> [Source material]:

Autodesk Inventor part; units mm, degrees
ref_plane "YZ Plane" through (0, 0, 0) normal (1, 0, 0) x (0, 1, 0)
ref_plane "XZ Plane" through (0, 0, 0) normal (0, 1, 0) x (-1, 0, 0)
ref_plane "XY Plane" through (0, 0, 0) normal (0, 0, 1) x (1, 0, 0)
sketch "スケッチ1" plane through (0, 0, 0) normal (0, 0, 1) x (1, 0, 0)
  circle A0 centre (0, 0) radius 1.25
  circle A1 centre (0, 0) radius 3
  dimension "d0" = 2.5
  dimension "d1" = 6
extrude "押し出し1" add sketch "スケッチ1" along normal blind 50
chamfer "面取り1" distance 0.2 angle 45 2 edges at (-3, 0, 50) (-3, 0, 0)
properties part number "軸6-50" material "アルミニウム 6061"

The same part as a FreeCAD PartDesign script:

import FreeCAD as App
import Part
import Sketcher
from FreeCAD import Vector


def edges_at(feature, points):
    """Names of the edges that pass closest to the given points."""
    edges = feature.Shape.Edges
    near = lambda p: min(range(len(edges)), key=lambda i: edges[i].distToShape(Part.Vertex(*p))[0])
    return sorted({f"Edge{near(p) + 1}" for p in points})

doc = App.newDocument("Part")
body = doc.addObject("PartDesign::Body", "Body")

sketch1 = body.newObject("Sketcher::SketchObject", "Sketch")
sketch1.AttachmentSupport = (doc.getObject("XY_Plane"), [""])
sketch1.MapMode = "FlatFace"
sketch1.addGeometry([
    Part.Circle(Vector(0, 0, 0), Vector(0, 0, 1), 3),
    Part.Circle(Vector(0, 0, 0), Vector(0, 0, 1), 1.2),
], False)
sketch1.addConstraint([
    Sketcher.Constraint("Coincident", 0, 3, -1, 1),
    Sketcher.Constraint("Coincident", 1, 3, -1, 1),
    Sketcher.Constraint("Diameter", 0, 6.0),
    Sketcher.Constraint("Diameter", 1, 2.5),
])
pad1 = body.newObject("PartDesign::Pad", "Pad")
pad1.Profile = sketch1
pad1.Length = 50
doc.recompute()

chamfer = body.newObject("PartDesign::Chamfer", "Chamfer")
chamfer.Base = (pad1, edges_at(pad1, [(-3, 0, 50), (-3, 0, 0)]))
chamfer.Size = 0.2

doc.recompute()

> [Problem]:
What you return should be exactly the lines above, starting at the one with "circle A0 centre (0, 0) radius 1.25" and ending at the one with "The same part", and nothing else.

> [Expected output]:
  circle A0 centre (0, 0) radius 1.25
  circle A1 centre (0, 0) radius 3
  dimension "d0" = 2.5
  dimension "d1" = 6
extrude "押し出し1" add sketch "スケッチ1" along normal blind 50
chamfer "面取り1" distance 0.2 angle 45 2 edges at (-3, 0, 50) (-3, 0, 0)
properties part number "軸6-50" material "アルミニウム 6061"

The same part as a FreeCAD PartDesign script:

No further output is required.